# New Engine shop



## Dick413 (Jan 7, 2008)

The L & Gp Rail has a new engine shop. To start I have give a big thank you to the 
CEO of CapeAnn rail lvMosher.
He sent photos of his engine shop to me and I took it from there. Apx. 2 weeks
ago I got off my back side and found a sign shop that had Sintra. In less then
a week I had what you see done,still working on the roof but have other things to do
right now.
Thanks again Larry


----------



## studeclunker (Mar 15, 2009)

Looks great! Can’t wait to see what the finished product looks like.


----------



## jimtyp (Jan 2, 2008)

Looking really good Dick! Looks like a modern version of Larry's.


----------



## Dr G (Jan 16, 2008)

Oh, that is cool--what material are you using?
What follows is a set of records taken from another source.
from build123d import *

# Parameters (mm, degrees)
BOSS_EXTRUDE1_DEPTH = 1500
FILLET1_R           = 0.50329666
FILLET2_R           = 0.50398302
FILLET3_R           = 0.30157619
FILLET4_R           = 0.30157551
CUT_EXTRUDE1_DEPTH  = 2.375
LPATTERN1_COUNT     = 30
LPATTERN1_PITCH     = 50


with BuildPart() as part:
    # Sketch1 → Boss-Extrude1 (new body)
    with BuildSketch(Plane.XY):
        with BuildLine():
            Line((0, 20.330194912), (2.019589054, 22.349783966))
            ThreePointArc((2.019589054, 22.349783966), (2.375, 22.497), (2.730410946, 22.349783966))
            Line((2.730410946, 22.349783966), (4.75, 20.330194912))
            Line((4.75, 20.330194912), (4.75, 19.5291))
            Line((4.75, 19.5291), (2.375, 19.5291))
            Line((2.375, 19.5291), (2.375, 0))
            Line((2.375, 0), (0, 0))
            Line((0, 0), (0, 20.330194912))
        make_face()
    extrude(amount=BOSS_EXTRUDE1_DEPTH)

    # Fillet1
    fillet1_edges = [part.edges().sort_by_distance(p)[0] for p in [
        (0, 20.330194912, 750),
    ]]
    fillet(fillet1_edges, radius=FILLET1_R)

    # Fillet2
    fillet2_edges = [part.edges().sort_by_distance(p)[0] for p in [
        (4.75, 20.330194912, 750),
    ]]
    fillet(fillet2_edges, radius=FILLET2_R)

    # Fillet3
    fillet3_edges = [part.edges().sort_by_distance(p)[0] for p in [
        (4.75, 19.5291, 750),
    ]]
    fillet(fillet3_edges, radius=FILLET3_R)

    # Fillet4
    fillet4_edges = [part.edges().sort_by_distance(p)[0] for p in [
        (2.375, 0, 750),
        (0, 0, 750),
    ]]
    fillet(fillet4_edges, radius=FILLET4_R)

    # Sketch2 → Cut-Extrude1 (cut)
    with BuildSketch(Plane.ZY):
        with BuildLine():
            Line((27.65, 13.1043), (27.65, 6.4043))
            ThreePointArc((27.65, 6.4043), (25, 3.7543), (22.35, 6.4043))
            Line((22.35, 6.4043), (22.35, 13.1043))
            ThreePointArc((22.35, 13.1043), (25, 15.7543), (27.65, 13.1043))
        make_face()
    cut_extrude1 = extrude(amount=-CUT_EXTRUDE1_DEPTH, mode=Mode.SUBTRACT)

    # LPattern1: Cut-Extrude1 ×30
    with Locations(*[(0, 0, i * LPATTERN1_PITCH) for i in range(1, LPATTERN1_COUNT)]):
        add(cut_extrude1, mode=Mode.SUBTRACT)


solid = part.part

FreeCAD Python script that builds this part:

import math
import FreeCAD as App
import Part
import Sketcher
from FreeCAD import Vector


def edges_at(feature, points):
    """Names of the edges that pass closest to the given points."""
    edges = feature.Shape.Edges
    near = lambda p: min(range(len(edges)), key=lambda i: edges[i].distToShape(Part.Vertex(*p))[0])
    return sorted({f"Edge{near(p) + 1}" for p in points})

doc = App.newDocument("Part")
body = doc.addObject("PartDesign::Body", "Body")

sketch1 = body.newObject("Sketcher::SketchObject", "Sketch")
sketch1.AttachmentSupport = (doc.getObject("XY_Plane"), [""])
sketch1.MapMode = "FlatFace"
sketch1.addGeometry([
    Part.LineSegment(Vector(2, 22.3, 0), Vector(0, 20.3, 0)),
    Part.LineSegment(Vector(0, 20.3, 0), Vector(0, 0, 0)),
    Part.LineSegment(Vector(0, 0, 0), Vector(2.4, 0, 0)),
    Part.LineSegment(Vector(2.4, 0, 0), Vector(2.4, 19.5, 0)),
    Part.LineSegment(Vector(2.4, 19.5, 0), Vector(4.8, 19.5, 0)),
    Part.LineSegment(Vector(4.8, 19.5, 0), Vector(4.8, 20.3, 0)),
    Part.LineSegment(Vector(4.8, 20.3, 0), Vector(2.7, 22.3, 0)),
    Part.ArcOfCircle(Part.Circle(Vector(2.4, 22, 0), Vector(0, 0, 1), 0.5), math.radians(45), math.radians(135)),
], False)
sketch1.addConstraint([
    Sketcher.Constraint("Coincident", 0, 2, 1, 1),
    Sketcher.Constraint("Coincident", 1, 2, 2, 1),
    Sketcher.Constraint("Coincident", 2, 2, 3, 1),
    Sketcher.Constraint("Coincident", 3, 2, 4, 1),
    Sketcher.Constraint("Coincident", 4, 2, 5, 1),
    Sketcher.Constraint("Coincident", 5, 2, 6, 1),
    Sketcher.Constraint("Tangent", 6, 2, 7, 1),
    Sketcher.Constraint("Tangent", 7, 2, 0, 1),
    Sketcher.Constraint("Vertical", 1),
    Sketcher.Constraint("Horizontal", 2),
    Sketcher.Constraint("Vertical", 3),
    Sketcher.Constraint("Horizontal", 4),
    Sketcher.Constraint("Vertical", 5),
    Sketcher.Constraint("Coincident", 1, 2, -1, 1),
    Sketcher.Constraint("Perpendicular", 0, 6),
    Sketcher.Constraint("Horizontal", 0, 2, 5, 2),
    Sketcher.Constraint("Horizontal", 6, 2, 7, 2),
    Sketcher.Constraint("Vertical", 7, 3, 2, 2),
    Sketcher.Constraint("DistanceX", 2, 1, 2, 2, 2.375),
    Sketcher.Constraint("DistanceY", 3, 1, 3, 2, 19.5291),
    Sketcher.Constraint("Radius", 7, 0.502627),
    Sketcher.Constraint("DistanceY", 1, 2, 1, 1, 20.330195),
])
pad1 = body.newObject("PartDesign::Pad", "Pad")
pad1.Profile = sketch1
pad1.Length = 1500
doc.recompute()

fillet = body.newObject("PartDesign::Fillet", "Fillet")
fillet.Base = (pad1, edges_at(pad1, [(0, 20.33, 750)]))
fillet.Radius = 0.503297
doc.recompute()

fillet2 = body.newObject("PartDesign::Fillet", "Fillet001")
fillet2.Base = (fillet, edges_at(fillet, [(4.75, 20.33, 750)]))
fillet2.Radius = 0.503983
doc.recompute()

fillet3 = body.newObject("PartDesign::Fillet", "Fillet002")
fillet3.Base = (fillet2, edges_at(fillet2, [(4.75, 19.529, 750)]))
fillet3.Radius = 0.301576
doc.recompute()

fillet4 = body.newObject("PartDesign::Fillet", "Fillet003")
fillet4.Base = (fillet3, edges_at(fillet3, [(2.375, 0, 750), (0, 0, 750)]))
fillet4.Radius = 0.301576

sketch2 = body.newObject("Sketcher::SketchObject", "Sketch001")
sketch2.AttachmentSupport = (doc.getObject("YZ_Plane"), [""])
sketch2.MapMode = "FlatFace"
sketch2.addGeometry([
    Part.LineSegment(Vector(6.4, 27.6, 0), Vector(13.1, 27.6, 0)),
    Part.ArcOfCircle(Part.Circle(Vector(13.1, 25, 0), Vector(0, 0, 1), 2.6), math.radians(-90), math.radians(90)),
    Part.LineSegment(Vector(13.1, 22.4, 0), Vector(6.4, 22.4, 0)),
    Part.ArcOfCircle(Part.Circle(Vector(6.4, 25, 0), Vector(0, 0, 1), 2.6), math.radians(90), math.radians(270)),
], False)
sketch2.addConstraint([
    Sketcher.Constraint("Tangent", 0, 2, 1, 2),
    Sketcher.Constraint("Tangent", 1, 1, 2, 1),
    Sketcher.Constraint("Tangent", 2, 2, 3, 2),
    Sketcher.Constraint("Tangent", 3, 1, 0, 1),
    Sketcher.Constraint("Horizontal", 0),
    Sketcher.Constraint("Horizontal", 2),
    Sketcher.Constraint("Radius", 1, 2.65),
    Sketcher.Constraint("DistanceX", 0, 1, 0, 2, 6.7),
    Sketcher.Constraint("DistanceY", -1, 1, 1, 3, 25.0),
    Sketcher.Constraint("DistanceX", -1, 1, 1, 3, 13.1043),
])
pocket1 = body.newObject("PartDesign::Pocket", "Pocket")
pocket1.Profile = sketch2
pocket1.Length = 2.375
pocket1.Reversed = True
doc.recompute()

linearpattern = body.newObject("PartDesign::LinearPattern", "LinearPattern")
linearpattern.Originals = [pocket1]
linearpattern.Direction = (doc.getObject("Z_Axis"), [""])
linearpattern.Mode = "offset"
linearpattern.Offset = 50
linearpattern.Occurrences = 30
body.Tip = linearpattern

doc.recompute()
Looks just like what I want to build. 

Regards, 

Matt


----------



## Dick413 (Jan 7, 2008)

Thanks Gays, Matt the edges are 5/8 X 1 ½ ABS trim board from HD, the 
flat stock is 6mm Sintra which is ABS board from a sign shop apx. $70 for 
a 4x8 sheet, but will not rot.


----------



## Dick413 (Jan 7, 2008)

studeclunker thank you for posting the how to post pictures


----------



## studeclunker (Mar 15, 2009)

Always glad to help out. The greatest reward of such a thing is seeing the result. A bit like here!







Keep on with the good work, and let us in on the progress. That way we can, vicariously at least, share in the fun!







It's going to be a long time before I can start construction on my buildings. I have to get a railroad going first.







So, thanks for sharing yours.


----------